(Saved entries)
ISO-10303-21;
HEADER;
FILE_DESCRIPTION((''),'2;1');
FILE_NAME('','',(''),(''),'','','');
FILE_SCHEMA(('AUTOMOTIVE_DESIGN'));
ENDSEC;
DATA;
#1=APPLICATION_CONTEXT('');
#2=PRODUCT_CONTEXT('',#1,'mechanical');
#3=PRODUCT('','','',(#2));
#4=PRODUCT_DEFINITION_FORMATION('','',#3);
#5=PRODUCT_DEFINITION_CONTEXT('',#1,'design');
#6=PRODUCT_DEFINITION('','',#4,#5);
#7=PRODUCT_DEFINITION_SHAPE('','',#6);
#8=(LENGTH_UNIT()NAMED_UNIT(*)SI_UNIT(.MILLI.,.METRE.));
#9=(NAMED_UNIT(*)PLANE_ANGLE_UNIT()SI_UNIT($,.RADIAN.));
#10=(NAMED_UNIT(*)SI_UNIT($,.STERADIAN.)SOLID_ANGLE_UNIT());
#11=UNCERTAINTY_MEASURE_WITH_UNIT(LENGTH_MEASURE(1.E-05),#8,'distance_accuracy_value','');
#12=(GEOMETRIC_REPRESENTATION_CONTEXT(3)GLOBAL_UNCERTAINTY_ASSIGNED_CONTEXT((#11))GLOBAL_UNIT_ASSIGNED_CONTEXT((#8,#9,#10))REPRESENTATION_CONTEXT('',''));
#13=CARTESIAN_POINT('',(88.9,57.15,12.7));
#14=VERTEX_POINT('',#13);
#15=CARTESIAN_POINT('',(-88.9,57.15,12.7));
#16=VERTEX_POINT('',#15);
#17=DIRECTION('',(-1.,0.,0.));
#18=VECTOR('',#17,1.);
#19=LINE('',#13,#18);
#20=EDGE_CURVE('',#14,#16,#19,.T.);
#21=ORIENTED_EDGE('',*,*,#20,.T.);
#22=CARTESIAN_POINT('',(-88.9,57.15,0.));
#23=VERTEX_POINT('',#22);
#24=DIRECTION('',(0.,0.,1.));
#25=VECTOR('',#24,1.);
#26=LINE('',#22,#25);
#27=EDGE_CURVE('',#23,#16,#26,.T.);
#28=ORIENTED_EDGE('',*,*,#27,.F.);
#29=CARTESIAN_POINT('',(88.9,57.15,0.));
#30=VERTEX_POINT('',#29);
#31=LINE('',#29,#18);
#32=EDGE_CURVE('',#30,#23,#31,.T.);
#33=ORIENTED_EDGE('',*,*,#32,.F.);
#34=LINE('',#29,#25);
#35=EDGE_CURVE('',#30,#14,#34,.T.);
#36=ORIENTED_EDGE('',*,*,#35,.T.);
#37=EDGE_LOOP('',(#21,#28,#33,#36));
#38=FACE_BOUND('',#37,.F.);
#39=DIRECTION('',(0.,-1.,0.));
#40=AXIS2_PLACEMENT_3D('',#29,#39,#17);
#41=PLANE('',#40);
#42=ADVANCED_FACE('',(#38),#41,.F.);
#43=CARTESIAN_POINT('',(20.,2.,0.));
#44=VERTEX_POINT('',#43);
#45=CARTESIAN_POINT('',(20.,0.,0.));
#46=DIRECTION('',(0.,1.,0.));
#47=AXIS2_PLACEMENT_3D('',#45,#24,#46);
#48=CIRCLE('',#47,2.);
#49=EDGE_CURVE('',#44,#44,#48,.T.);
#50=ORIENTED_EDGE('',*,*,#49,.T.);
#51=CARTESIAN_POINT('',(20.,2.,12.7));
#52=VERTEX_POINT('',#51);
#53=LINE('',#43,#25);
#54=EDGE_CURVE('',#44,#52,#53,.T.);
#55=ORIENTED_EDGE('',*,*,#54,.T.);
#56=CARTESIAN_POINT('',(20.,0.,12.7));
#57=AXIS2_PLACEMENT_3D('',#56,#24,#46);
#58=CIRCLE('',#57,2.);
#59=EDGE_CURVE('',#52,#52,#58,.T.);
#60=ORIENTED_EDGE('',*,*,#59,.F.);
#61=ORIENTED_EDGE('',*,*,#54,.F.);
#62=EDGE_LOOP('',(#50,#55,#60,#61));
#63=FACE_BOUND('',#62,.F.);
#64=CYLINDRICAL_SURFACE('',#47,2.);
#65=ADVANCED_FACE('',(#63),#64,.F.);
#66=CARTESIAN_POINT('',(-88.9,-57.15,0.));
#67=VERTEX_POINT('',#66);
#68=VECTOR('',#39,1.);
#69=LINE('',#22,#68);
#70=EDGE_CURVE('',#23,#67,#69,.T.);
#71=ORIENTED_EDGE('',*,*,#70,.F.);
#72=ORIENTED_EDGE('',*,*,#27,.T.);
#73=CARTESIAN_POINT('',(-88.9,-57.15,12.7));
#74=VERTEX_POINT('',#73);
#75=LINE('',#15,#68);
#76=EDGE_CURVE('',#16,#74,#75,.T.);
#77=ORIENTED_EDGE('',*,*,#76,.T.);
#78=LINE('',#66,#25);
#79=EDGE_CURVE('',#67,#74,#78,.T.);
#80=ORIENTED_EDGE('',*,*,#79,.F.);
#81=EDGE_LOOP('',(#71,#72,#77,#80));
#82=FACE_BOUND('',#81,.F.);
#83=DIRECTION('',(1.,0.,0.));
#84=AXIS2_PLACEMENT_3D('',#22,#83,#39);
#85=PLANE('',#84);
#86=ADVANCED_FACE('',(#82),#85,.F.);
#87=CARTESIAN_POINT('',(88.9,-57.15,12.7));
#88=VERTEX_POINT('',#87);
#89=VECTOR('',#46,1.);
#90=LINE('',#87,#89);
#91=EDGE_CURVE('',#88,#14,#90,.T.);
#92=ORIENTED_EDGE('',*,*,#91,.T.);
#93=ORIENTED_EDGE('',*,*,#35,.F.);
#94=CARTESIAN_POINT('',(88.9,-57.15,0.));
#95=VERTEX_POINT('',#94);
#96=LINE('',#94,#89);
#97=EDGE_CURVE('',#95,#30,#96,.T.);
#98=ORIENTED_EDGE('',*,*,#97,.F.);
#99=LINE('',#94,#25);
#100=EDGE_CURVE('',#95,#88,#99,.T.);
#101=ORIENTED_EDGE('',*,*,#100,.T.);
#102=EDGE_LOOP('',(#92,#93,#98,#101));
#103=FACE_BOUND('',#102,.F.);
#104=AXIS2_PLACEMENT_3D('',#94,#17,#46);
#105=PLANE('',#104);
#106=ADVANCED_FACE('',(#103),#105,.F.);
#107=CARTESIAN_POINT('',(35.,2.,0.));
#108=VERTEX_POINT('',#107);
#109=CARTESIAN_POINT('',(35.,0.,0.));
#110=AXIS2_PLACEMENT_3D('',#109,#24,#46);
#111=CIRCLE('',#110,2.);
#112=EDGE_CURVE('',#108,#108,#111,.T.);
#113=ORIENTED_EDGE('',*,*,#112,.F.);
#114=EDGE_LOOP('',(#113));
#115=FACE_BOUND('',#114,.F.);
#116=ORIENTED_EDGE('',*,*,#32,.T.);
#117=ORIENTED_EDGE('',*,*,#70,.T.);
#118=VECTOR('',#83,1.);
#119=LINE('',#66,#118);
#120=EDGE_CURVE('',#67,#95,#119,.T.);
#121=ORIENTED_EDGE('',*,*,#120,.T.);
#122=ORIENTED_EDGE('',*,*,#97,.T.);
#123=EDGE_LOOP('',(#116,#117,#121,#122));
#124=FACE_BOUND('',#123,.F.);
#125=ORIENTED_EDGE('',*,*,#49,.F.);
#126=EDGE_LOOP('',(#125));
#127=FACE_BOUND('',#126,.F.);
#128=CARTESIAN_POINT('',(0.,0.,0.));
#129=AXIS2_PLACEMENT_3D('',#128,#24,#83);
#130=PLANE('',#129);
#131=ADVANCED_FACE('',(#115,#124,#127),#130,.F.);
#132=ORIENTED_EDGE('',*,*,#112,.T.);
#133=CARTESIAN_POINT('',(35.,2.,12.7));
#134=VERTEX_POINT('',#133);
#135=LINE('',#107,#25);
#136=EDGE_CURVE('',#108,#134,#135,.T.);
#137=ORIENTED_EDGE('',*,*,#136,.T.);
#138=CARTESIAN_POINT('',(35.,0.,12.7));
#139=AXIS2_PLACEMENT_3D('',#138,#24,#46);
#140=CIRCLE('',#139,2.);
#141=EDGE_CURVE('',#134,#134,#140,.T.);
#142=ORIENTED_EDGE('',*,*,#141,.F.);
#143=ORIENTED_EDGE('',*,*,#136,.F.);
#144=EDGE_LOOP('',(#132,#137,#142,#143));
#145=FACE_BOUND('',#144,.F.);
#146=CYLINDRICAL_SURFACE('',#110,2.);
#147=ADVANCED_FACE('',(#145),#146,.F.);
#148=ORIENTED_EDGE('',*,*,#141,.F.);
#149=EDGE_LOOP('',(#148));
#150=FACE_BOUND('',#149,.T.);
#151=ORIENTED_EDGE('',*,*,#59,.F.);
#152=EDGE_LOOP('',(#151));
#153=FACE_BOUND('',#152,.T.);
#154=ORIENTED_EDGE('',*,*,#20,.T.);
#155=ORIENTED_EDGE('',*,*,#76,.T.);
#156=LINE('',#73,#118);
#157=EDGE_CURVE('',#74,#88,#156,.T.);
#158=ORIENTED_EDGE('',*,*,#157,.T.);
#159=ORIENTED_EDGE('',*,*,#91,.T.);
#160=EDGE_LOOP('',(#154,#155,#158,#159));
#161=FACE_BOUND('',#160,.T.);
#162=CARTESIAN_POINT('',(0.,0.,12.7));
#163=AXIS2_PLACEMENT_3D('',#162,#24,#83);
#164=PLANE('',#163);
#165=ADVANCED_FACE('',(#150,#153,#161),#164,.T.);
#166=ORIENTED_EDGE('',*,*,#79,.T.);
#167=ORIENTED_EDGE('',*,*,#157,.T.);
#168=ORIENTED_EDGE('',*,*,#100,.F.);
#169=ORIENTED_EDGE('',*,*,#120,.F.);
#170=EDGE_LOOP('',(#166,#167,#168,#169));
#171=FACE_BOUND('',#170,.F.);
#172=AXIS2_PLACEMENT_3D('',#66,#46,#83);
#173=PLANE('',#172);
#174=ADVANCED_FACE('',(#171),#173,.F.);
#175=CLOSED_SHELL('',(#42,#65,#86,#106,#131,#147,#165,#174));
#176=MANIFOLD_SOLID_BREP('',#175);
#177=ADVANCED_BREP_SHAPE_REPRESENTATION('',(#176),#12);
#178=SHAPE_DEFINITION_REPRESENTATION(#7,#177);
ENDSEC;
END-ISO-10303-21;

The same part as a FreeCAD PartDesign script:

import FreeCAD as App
import Part
import Sketcher

V = App.Vector
Q = App.Units.Quantity

doc = App.newDocument("Part")
params = doc.addObject("Spreadsheet::Sheet", "Params")
for row, (alias, value) in enumerate([
    ("sketch1_width", "7 in"),
    ("sketch1_height", "4.5 in"),
    ("pad1_length", "0.5 in"),
    ("hole_diameter", "4 mm"),
], start=1):
    params.set(f"A{row}", alias)
    params.set(f"B{row}", "=" + value)
    params.setAlias(f"B{row}", alias)

body = doc.addObject("PartDesign::Body", "Body")

sketch1 = body.newObject("Sketcher::SketchObject", "Sketch")
sketch1.AttachmentSupport = (doc.getObject("XY_Plane"), [""])
sketch1.MapMode = "FlatFace"
sketch1.addGeometry([
    Part.LineSegment(V(-88.9, 57.15, 0), V(-88.9, -57.15, 0)),
    Part.LineSegment(V(-88.9, -57.15, 0), V(88.9, -57.15, 0)),
    Part.LineSegment(V(88.9, -57.15, 0), V(88.9, 57.15, 0)),
    Part.LineSegment(V(88.9, 57.15, 0), V(-88.9, 57.15, 0)),
], False)
sketch1.addConstraint([
    Sketcher.Constraint("Coincident", 0, 2, 1, 1),
    Sketcher.Constraint("Coincident", 1, 2, 2, 1),
    Sketcher.Constraint("Coincident", 2, 2, 3, 1),
    Sketcher.Constraint("Coincident", 3, 2, 0, 1),
    Sketcher.Constraint("Vertical", 0),
    Sketcher.Constraint("Horizontal", 1),
    Sketcher.Constraint("Vertical", 2),
    Sketcher.Constraint("Horizontal", 3),
    Sketcher.Constraint("Symmetric", 0, 2, 2, 2, -1, 1),
    Sketcher.Constraint("DistanceX", 1, 1, 1, 2, Q("7 in")),
    Sketcher.Constraint("DistanceY", 0, 2, 0, 1, Q("4.5 in")),
])
sketch1.setExpression("Constraints[9]", "Params.sketch1_width")
sketch1.setExpression("Constraints[10]", "Params.sketch1_height")
pad1 = body.newObject("PartDesign::Pad", "Pad")
pad1.Profile = sketch1
pad1.setExpression("Length", "Params.pad1_length")

sketch2 = body.newObject("Sketcher::SketchObject", "Sketch001")
sketch2.AttachmentSupport = (doc.getObject("XY_Plane"), [""])
sketch2.MapMode = "FlatFace"
sketch2.addGeometry([
    Part.Circle(V(35, 0, 0), V(0, 0, 1), 2),
    Part.Circle(V(20, 0, 0), V(0, 0, 1), 2),
], False)
sketch2.addConstraint([
    Sketcher.Constraint("Equal", 0, 1),
    Sketcher.Constraint("PointOnObject", 0, 3, -1),
    Sketcher.Constraint("PointOnObject", 1, 3, -1),
    Sketcher.Constraint("Diameter", 0, Q("4 mm")),
    Sketcher.Constraint("DistanceX", -1, 1, 1, 3, Q("0.7874 in")),
    Sketcher.Constraint("DistanceX", -1, 1, 0, 3, Q("35 mm")),
])
doc.recompute()
hole = body.newObject("PartDesign::Hole", "Hole")
hole.Profile = sketch2
hole.ThreadType = "None"
hole.setExpression("Diameter", "Params.hole_diameter")
hole.DepthType = "ThroughAll"
hole.Reversed = True

doc.recompute()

About this exercise — Return, please, the lines of the data from the first through the line containing "#20=EDGE_CURVE('',#14,#16,#19,.T.);", both kept, exactly as they stand and nothing more.

Task response —
ISO-10303-21;
HEADER;
FILE_DESCRIPTION((''),'2;1');
FILE_NAME('','',(''),(''),'','','');
FILE_SCHEMA(('AUTOMOTIVE_DESIGN'));
ENDSEC;
DATA;
#1=APPLICATION_CONTEXT('');
#2=PRODUCT_CONTEXT('',#1,'mechanical');
#3=PRODUCT('','','',(#2));
#4=PRODUCT_DEFINITION_FORMATION('','',#3);
#5=PRODUCT_DEFINITION_CONTEXT('',#1,'design');
#6=PRODUCT_DEFINITION('','',#4,#5);
#7=PRODUCT_DEFINITION_SHAPE('','',#6);
#8=(LENGTH_UNIT()NAMED_UNIT(*)SI_UNIT(.MILLI.,.METRE.));
#9=(NAMED_UNIT(*)PLANE_ANGLE_UNIT()SI_UNIT($,.RADIAN.));
#10=(NAMED_UNIT(*)SI_UNIT($,.STERADIAN.)SOLID_ANGLE_UNIT());
#11=UNCERTAINTY_MEASURE_WITH_UNIT(LENGTH_MEASURE(1.E-05),#8,'distance_accuracy_value','');
#12=(GEOMETRIC_REPRESENTATION_CONTEXT(3)GLOBAL_UNCERTAINTY_ASSIGNED_CONTEXT((#11))GLOBAL_UNIT_ASSIGNED_CONTEXT((#8,#9,#10))REPRESENTATION_CONTEXT('',''));
#13=CARTESIAN_POINT('',(88.9,57.15,12.7));
#14=VERTEX_POINT('',#13);
#15=CARTESIAN_POINT('',(-88.9,57.15,12.7));
#16=VERTEX_POINT('',#15);
#17=DIRECTION('',(-1.,0.,0.));
#18=VECTOR('',#17,1.);
#19=LINE('',#13,#18);
#20=EDGE_CURVE('',#14,#16,#19,.T.);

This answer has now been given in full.